So, for the sake of this discussion, let’s assume we have reached ‘Peak Brexit’ and we’re heading steadily towards a second referendum / people’s vote or similar. We’re definitively not there yet, but let’s assume the troops are in position, they have their battle orders, and just need to keep disciplined, follow the plan and take the hill.
Then what?
Because the one thing the government (or what little is left) has got right is that at least some of the people who voted in 2016 for leave will feel betrayed. And it’s worth repeating that it does not help us if people who voted Remain just running around saying leave-votes are ‘stupid’ or ‘ignorant’ or ‘racist’ or ‘left behind’.
There was an interview a few days ago on BBC News 24 where the male anchor journalist was interviewing a woman by video link, she being for remain from a business perspective. He was hostile with her in the Radio 4 Today programme style of shouting come-of-it as if it is journalism, and she kept answering his belligerent questions in a cool and factual manner. So her microphone was muted while she was still speaking and he talked over her. Maybe it was just a bad day, because he later moved on a picked a fight with the weather presenter.
This type of ‘journalism’ will do further damage. It’s all too lazy to go with camera to a small market town and find the most annoyed old man on the street for a rant and rave. An easy piece to file, but it tells us nothing new and helps no-one.
There has been some very good journalism on Brexit, probably all in the ‘investigative’ box – from illegal over-spending to foreign financing to fake social media posts to insider dealing – these revelations have peeled open the layers of deceptions.
Some of the leave people, both as politicians and ordinary people, are implacable. The dogma cuts deep within families as well as communities and political parties. For some this is their adult life’s work, so the idea that they will be won over by a new poll result or a new legal clause is not realistic.
But the spectrum of reasons that people had for voting leave in 2016 includes austerity, inequality, London centralism, unemployment, migration and more.
So, perhaps a starting point is for journalism (because parties are failing here) to explore the potential for common ground within these reasons between leave and remain.

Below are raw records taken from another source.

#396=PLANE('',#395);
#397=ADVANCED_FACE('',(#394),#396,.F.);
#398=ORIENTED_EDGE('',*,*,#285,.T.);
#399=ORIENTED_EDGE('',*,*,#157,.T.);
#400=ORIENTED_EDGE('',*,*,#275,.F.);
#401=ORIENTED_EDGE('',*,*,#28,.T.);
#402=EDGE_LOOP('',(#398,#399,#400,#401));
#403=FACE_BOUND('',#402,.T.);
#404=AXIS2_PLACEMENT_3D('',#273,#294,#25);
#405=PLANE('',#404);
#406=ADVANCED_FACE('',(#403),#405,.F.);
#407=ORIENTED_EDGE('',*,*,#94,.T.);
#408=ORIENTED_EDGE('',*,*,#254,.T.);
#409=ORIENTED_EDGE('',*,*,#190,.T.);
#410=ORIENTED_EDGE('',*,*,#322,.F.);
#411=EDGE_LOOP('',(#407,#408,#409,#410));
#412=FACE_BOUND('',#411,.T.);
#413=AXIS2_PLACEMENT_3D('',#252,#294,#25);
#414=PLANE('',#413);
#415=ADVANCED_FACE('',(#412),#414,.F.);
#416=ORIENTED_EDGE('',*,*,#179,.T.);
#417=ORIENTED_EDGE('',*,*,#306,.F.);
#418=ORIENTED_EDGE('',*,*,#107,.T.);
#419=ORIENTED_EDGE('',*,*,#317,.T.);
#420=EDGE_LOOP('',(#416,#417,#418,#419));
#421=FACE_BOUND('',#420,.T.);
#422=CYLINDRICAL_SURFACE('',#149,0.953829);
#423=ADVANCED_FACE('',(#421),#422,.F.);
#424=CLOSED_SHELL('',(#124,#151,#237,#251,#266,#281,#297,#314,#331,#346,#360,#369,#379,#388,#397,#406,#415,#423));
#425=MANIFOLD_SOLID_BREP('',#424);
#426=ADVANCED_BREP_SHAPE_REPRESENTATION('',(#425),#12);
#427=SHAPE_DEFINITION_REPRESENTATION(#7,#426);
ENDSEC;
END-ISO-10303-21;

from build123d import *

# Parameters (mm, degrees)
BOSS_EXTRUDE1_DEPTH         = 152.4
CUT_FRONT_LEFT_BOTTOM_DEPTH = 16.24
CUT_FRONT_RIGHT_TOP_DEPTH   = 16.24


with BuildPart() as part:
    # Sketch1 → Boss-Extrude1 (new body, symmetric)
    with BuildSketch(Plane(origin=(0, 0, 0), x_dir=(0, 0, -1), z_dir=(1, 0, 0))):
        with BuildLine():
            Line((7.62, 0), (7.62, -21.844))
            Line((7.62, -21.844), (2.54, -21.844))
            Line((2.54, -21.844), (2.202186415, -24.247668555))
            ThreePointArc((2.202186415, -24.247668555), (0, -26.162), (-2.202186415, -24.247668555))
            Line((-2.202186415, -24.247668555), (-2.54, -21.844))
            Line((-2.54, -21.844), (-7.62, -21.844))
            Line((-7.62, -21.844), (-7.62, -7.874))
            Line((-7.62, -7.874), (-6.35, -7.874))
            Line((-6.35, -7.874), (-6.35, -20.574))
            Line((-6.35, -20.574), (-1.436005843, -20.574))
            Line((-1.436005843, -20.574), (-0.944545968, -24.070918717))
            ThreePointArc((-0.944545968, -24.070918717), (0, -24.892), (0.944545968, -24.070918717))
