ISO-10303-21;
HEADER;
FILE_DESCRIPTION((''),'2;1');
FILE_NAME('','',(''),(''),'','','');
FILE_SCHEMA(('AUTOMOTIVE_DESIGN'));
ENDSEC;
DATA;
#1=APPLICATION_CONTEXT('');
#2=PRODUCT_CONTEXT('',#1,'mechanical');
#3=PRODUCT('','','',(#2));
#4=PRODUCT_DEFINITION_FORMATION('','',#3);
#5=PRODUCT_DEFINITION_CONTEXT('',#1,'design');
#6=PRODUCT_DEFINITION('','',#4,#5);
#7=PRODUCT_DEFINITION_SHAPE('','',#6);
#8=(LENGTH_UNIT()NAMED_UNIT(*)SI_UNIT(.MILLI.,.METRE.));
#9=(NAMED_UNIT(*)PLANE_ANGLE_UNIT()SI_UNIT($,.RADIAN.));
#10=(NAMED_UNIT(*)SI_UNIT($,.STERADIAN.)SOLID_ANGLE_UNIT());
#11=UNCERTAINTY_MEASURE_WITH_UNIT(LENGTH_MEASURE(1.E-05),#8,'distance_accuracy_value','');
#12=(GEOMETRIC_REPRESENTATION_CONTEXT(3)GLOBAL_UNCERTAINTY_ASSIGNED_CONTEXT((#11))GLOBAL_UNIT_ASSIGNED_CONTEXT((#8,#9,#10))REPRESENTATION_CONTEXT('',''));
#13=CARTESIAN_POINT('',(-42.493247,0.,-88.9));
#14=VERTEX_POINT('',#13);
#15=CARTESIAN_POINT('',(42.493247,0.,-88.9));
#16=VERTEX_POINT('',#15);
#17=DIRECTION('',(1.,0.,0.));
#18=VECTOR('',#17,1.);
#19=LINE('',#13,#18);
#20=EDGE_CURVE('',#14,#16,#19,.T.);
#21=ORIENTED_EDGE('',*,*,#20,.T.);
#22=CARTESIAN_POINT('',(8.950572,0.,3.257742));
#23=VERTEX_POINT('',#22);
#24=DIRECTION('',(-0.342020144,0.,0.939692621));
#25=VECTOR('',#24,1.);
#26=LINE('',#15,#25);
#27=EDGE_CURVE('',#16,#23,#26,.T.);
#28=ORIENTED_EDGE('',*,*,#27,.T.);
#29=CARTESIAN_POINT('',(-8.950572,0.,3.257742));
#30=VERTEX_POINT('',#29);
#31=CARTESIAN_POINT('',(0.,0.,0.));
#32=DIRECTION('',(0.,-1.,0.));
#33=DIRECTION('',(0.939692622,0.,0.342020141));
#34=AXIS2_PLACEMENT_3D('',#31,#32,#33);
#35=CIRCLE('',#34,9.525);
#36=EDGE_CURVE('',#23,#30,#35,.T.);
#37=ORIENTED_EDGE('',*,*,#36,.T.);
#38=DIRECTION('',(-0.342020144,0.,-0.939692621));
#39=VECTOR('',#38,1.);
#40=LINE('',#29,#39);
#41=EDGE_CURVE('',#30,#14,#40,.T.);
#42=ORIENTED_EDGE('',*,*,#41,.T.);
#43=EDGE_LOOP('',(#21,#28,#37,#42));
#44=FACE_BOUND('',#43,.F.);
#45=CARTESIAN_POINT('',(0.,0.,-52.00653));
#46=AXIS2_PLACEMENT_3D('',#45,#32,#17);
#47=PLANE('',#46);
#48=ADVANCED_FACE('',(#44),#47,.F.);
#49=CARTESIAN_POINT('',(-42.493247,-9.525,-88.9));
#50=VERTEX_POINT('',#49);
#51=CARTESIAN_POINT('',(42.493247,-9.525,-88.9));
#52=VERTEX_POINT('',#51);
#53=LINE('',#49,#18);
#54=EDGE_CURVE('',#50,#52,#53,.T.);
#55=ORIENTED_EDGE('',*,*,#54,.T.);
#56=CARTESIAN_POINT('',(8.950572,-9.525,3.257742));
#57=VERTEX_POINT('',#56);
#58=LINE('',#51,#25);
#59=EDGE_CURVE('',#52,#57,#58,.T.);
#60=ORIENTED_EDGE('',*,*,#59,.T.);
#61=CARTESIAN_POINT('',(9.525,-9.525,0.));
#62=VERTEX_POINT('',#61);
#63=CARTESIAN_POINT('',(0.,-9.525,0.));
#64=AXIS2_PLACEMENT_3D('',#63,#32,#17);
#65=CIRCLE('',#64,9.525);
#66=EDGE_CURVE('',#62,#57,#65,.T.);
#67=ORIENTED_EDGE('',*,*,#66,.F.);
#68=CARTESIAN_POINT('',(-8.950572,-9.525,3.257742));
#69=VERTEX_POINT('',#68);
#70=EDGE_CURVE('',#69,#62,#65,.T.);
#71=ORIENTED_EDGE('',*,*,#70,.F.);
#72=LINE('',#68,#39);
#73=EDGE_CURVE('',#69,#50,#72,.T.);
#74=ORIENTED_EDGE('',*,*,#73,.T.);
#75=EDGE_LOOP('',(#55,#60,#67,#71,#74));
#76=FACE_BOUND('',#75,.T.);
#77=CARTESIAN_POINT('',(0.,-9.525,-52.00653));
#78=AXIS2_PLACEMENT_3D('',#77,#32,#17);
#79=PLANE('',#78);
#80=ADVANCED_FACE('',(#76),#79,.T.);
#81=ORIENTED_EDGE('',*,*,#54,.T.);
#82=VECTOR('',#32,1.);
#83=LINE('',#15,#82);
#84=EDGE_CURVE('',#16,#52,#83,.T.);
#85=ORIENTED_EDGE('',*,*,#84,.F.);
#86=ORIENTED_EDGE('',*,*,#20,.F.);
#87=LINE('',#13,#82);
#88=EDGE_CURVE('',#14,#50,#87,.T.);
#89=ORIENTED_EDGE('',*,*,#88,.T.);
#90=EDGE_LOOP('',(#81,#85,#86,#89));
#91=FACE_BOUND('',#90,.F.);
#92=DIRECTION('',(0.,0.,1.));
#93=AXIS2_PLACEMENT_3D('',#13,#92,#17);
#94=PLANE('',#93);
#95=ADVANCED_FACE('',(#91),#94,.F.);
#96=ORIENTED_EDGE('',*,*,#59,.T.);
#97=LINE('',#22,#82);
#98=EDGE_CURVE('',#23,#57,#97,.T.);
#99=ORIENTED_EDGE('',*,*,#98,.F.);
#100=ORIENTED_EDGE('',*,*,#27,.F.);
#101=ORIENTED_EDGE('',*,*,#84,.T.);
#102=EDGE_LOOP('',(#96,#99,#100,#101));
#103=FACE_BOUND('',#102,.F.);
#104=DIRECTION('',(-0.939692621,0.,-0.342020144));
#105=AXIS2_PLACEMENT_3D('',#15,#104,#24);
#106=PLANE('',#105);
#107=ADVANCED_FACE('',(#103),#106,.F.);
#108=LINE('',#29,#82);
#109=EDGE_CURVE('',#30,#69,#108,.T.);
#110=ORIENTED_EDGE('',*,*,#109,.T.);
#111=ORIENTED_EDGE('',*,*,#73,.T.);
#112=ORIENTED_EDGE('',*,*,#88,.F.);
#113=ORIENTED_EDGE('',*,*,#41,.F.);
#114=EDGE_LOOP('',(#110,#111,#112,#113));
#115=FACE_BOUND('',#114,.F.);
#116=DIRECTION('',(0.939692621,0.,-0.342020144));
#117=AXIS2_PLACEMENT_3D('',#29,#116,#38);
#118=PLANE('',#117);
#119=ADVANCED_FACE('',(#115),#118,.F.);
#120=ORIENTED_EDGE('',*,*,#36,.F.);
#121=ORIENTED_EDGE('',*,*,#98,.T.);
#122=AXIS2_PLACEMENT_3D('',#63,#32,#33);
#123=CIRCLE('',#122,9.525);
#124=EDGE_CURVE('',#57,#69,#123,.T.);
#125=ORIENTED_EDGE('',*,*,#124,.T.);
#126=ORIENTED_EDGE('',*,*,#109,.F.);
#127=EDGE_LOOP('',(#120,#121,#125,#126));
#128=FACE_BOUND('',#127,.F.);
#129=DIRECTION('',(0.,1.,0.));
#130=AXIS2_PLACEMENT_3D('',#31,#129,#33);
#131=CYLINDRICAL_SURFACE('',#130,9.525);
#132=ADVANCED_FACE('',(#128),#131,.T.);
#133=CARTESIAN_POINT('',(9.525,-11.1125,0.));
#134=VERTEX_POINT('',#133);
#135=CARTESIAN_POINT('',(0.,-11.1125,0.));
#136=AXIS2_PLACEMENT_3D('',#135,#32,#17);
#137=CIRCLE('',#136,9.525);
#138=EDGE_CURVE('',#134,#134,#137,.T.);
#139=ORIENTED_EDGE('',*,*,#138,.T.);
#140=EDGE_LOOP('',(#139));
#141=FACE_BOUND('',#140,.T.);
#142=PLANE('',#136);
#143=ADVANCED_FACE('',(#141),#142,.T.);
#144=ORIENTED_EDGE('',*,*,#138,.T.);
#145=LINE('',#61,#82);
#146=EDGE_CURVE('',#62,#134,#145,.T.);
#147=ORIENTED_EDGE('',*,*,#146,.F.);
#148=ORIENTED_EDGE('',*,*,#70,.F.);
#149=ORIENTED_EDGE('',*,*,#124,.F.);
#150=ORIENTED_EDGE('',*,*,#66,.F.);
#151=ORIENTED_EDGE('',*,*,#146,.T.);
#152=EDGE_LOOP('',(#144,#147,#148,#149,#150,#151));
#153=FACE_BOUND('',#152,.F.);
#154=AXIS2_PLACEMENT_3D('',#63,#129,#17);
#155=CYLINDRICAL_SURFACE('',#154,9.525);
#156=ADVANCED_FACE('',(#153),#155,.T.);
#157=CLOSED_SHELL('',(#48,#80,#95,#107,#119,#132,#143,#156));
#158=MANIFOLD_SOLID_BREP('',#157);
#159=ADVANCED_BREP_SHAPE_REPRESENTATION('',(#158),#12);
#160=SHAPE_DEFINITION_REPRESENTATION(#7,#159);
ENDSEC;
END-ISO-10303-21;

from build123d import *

# Parameters (mm, degrees)
F1_DEPTH = 9.525
F2_R     = 9.525
F3_DEPTH = 1.5875


with BuildPart() as f1:
    # F0 (on Front) → F1 (new body)
    with BuildSketch(Plane.XZ):
        with BuildLine():
            Line((42.493247, -88.9), (8.950572, 3.257742))
            ThreePointArc((8.950572, 3.257742), (0, 9.525), (-8.950572, 3.257742))
            Line((-8.950572, 3.257742), (-42.493247, -88.9))
            Line((-42.493247, -88.9), (0, -88.9))
            Line((0, -88.9), (42.493247, -88.9))
        make_face()
    extrude(amount=F1_DEPTH)

    # F2 (on face) → F3 (join)
    with BuildSketch(Plane.XZ.offset(9.525)):
        Circle(F2_R)
    extrude(amount=F3_DEPTH)


solid = f1.part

And maybe one starting point is for the remain ‘camp’ to be humble and open minded. One point of contact in making common ground might be in starting discussions on the weaknesses of the EU as it is today. The remain ‘camp’ has been reluctant to have this conversation because it could undermine the campaign. And yes, sure, the die-hard Brexiteer extremists will lap up every morsel and shout it back to the world. But let’s just assume that intelligent journalism has kicked in and we’ve moved on from Nigel Farage getting his thirty-plus slots on Question Time because he is a good shouter.
So, what might intelligent journalism cover? Some suggestions:
· On the economic departments within the European Commission behaving as though people don’t matter as much as money does. These offices seem to be just a colonial outpost of KPMG or McKinsey. Look at the debacle over breaking up the Royal Bank of Scotland with the now-abandoned spin-out of Williams and Glyn’s, leaving 30-mile-wide circles across cities with no branches, all because of an economic dogma.
· On neoliberalism becoming the ‘common sense’ of some parts of the EU, which is where the debates on State Aid restrictions need to be liberated from squabbling lawyers and brought into popular conversations with balanced options for improvements.
· On how the EU can support democracy as an international effort between peoples supporting each other, whether Hungary or Poland or wherever, without always deferring to member state governments.
· On how to open the Council of Ministers to more democratic scrutiny, instead of it being a cosy club for governments to do what they wish.
I hope this helps towards the next conversations between those who will talk, both leave and remain.